From the line containing "#42=CARTESIAN_POINT('',(19.6,0.,20.));" down to the line containing "#51=CARTESIAN_POINT('',(25.,0.,20.));" in the records below, reproduce every line exactly, ends included, and omit all others.

(Stored data entries):
• • • •
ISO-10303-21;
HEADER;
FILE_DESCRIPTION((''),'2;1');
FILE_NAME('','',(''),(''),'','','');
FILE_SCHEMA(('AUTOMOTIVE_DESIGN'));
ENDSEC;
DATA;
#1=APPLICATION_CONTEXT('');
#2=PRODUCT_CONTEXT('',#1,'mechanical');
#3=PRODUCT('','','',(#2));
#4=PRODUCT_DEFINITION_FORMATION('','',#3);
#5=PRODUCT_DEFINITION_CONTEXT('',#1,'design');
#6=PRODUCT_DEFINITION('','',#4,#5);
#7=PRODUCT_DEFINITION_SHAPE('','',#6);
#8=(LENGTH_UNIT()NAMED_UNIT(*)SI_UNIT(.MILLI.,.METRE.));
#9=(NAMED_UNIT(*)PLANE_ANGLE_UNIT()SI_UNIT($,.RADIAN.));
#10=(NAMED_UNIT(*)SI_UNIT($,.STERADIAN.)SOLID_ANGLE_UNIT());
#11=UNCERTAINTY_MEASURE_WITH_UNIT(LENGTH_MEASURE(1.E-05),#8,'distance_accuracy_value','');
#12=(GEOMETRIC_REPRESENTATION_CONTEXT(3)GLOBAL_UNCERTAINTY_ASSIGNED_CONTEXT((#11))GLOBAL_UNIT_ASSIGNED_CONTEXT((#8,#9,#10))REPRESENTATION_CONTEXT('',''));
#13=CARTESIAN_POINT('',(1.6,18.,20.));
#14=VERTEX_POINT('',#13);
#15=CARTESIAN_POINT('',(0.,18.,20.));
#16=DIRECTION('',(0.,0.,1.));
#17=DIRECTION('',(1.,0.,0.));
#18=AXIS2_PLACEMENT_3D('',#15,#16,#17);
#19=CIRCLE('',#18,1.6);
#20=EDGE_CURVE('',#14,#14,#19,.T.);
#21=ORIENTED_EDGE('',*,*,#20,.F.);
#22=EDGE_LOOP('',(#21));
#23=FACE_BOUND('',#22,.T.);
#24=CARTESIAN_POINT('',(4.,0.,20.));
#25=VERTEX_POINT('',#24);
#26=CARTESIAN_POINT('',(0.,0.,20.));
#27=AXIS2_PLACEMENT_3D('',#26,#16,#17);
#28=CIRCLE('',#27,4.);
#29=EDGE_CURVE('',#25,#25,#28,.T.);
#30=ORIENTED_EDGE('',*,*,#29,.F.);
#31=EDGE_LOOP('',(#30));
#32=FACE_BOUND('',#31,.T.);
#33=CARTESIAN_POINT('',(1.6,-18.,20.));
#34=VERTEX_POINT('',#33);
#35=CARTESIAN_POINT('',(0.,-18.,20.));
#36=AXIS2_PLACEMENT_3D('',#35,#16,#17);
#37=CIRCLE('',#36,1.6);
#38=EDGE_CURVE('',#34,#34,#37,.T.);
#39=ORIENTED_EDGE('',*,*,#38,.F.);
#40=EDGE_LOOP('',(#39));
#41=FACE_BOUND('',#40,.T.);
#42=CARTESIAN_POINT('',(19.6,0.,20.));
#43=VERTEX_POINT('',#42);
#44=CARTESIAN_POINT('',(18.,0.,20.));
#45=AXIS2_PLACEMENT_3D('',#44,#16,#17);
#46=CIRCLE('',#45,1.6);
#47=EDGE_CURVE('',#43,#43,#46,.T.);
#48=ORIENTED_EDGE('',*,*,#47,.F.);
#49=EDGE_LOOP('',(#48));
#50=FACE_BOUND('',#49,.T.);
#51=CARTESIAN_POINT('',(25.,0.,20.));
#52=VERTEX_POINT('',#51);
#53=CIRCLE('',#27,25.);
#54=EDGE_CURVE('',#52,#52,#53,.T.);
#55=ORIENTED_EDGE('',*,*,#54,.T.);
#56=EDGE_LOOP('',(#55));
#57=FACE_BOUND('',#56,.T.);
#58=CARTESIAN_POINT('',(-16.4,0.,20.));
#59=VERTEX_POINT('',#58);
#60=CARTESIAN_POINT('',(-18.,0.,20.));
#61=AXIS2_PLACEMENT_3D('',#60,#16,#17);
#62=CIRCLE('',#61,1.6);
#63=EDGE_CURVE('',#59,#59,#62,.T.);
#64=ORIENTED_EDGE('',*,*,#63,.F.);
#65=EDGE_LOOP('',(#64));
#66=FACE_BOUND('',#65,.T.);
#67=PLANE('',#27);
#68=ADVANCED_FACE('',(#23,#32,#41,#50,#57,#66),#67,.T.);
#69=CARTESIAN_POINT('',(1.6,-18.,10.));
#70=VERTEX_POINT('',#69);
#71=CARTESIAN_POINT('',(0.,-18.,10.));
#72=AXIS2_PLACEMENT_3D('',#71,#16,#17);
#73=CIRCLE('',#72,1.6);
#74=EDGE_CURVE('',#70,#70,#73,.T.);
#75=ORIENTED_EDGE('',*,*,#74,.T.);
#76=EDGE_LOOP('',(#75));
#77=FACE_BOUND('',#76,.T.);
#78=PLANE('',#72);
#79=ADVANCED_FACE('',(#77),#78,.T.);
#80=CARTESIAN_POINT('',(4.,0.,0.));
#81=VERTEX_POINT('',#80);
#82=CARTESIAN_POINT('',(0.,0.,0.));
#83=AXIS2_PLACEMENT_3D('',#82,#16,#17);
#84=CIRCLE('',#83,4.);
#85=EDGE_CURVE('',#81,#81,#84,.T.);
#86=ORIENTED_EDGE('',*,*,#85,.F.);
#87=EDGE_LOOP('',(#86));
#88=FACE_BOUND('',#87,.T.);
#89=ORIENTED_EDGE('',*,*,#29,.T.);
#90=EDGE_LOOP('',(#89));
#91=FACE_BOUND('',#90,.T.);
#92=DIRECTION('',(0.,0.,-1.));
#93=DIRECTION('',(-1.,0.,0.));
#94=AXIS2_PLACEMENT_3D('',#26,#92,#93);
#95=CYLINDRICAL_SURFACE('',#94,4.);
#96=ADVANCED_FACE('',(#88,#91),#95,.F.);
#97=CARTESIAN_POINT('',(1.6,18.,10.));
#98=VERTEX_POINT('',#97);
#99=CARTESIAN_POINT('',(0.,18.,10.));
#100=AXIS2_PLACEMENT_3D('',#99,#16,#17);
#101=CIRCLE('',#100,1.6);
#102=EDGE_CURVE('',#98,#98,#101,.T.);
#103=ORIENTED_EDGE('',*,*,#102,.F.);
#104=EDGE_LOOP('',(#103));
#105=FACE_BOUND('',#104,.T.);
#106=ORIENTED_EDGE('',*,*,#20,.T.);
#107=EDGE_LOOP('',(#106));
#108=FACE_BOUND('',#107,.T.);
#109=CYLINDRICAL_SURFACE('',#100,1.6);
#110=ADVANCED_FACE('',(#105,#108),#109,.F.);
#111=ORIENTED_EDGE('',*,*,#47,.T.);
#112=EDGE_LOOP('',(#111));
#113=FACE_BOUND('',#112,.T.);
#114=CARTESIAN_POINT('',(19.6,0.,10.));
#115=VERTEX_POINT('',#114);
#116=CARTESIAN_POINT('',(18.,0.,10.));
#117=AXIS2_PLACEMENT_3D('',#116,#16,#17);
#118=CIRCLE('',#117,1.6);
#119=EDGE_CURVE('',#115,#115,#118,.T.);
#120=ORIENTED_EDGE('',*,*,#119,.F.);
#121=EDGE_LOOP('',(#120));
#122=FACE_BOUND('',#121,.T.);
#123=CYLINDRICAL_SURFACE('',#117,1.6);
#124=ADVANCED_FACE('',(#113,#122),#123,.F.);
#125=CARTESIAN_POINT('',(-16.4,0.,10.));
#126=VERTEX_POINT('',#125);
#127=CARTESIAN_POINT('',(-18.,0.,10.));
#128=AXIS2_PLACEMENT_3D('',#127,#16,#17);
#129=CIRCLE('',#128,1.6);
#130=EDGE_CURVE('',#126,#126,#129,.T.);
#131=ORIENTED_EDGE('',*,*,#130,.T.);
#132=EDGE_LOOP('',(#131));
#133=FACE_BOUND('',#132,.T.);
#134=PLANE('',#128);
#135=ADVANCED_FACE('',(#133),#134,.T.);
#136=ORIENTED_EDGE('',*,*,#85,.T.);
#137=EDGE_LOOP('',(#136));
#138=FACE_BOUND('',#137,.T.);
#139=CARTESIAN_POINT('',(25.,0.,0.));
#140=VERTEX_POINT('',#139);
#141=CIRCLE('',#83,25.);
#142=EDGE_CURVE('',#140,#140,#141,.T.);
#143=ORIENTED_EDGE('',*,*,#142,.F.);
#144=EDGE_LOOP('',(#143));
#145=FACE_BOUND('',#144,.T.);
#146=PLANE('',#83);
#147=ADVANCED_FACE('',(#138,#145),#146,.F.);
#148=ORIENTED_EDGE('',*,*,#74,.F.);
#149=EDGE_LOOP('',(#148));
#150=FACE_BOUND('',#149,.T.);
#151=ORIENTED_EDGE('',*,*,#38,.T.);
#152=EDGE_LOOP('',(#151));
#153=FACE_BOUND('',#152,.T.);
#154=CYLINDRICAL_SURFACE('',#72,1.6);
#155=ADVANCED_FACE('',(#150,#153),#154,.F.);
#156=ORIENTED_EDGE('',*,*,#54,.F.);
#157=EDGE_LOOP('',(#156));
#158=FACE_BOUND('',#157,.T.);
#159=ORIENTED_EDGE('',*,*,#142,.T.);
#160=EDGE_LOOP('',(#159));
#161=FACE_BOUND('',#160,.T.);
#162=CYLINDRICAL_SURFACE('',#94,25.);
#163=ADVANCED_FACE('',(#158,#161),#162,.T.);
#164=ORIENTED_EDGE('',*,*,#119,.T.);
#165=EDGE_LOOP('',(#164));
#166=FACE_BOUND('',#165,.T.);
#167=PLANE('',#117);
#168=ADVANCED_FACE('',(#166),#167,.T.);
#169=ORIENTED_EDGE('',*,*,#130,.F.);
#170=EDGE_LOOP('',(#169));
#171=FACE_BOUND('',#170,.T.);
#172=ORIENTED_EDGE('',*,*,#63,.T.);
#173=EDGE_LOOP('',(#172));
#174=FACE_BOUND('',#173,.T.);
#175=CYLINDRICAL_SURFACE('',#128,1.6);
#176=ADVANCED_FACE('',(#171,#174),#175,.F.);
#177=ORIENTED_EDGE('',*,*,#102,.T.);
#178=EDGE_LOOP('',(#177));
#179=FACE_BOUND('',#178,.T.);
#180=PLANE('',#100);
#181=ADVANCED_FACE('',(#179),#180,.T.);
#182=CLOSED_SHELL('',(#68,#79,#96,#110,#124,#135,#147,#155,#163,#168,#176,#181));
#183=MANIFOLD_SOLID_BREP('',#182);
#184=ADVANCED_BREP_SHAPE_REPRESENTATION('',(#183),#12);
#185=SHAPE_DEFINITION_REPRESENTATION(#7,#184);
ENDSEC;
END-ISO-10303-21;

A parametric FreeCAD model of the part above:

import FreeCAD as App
import Part
import Sketcher
from FreeCAD import Vector

doc = App.newDocument("Part")
body = doc.addObject("PartDesign::Body", "Body")

# Sketch on XY plane
sketch1 = doc.addObject("Sketcher::SketchObject", "Sketch")
body.addObject(sketch1)
sketch1.AttachmentSupport = (doc.XY_Plane, [""])
sketch1.MapMode = "FlatFace"
sketch1.addGeometry([
    Part.Circle(Vector(0, 0, 0), Vector(0, 0, 1), 25),
    Part.Circle(Vector(0, 0, 0), Vector(0, 0, 1), 4),
], False)
sketch1.addConstraint([
    Sketcher.Constraint("Coincident", 0, 3, -1, 1),
    Sketcher.Constraint("Coincident", 1, 3, -1, 1),
    Sketcher.Constraint("Diameter", 0, 50.0),
    Sketcher.Constraint("Diameter", 1, 8.0),
])
pad1 = doc.addObject("PartDesign::Pad", "Pad")
body.addObject(pad1)
pad1.Profile = sketch1
pad1.Length = 20

# Sketch on XY plane
sketch2 = doc.addObject("Sketcher::SketchObject", "Sketch001")
body.addObject(sketch2)
sketch2.AttachmentSupport = (doc.XY_Plane, [""])
sketch2.MapMode = "FlatFace"
sketch2.AttachmentOffset = App.Placement(Vector(0, 0, 20), App.Rotation())
sketch2.addGeometry([
    Part.Circle(Vector(0, 18, 0), Vector(0, 0, 1), 1.6),
    Part.Circle(Vector(18, 0, 0), Vector(0, 0, 1), 1.6),
    Part.Circle(Vector(0, -18, 0), Vector(0, 0, 1), 1.6),
    Part.Circle(Vector(-18, 0, 0), Vector(0, 0, 1), 1.6),
], False)
sketch2.addConstraint([
    Sketcher.Constraint("Equal", 0, 1),
    Sketcher.Constraint("Equal", 1, 2),
    Sketcher.Constraint("Equal", 2, 3),
    Sketcher.Constraint("Symmetric", 0, 3, 2, 3, -1, 1),
    Sketcher.Constraint("Symmetric", 1, 3, 3, 3, -1, 1),
    Sketcher.Constraint("PointOnObject", 0, 3, -2),
    Sketcher.Constraint("PointOnObject", 1, 3, -1),
    Sketcher.Constraint("Diameter", 0, 3.2),
    Sketcher.Constraint("DistanceY", -1, 1, 0, 3, 18.0),
    Sketcher.Constraint("DistanceX", -1, 1, 1, 3, 18.0),
])
pocket1 = doc.addObject("PartDesign::Pocket", "Pocket")
body.addObject(pocket1)
pocket1.Profile = sketch2
pocket1.Length = 10

doc.recompute()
• • • •
(RESPONSE BELOW):
#42=CARTESIAN_POINT('',(19.6,0.,20.));
#43=VERTEX_POINT('',#42);
#44=CARTESIAN_POINT('',(18.,0.,20.));
#45=AXIS2_PLACEMENT_3D('',#44,#16,#17);
#46=CIRCLE('',#45,1.6);
#47=EDGE_CURVE('',#43,#43,#46,.T.);
#48=ORIENTED_EDGE('',*,*,#47,.F.);
#49=EDGE_LOOP('',(#48));
#50=FACE_BOUND('',#49,.T.);
#51=CARTESIAN_POINT('',(25.,0.,20.));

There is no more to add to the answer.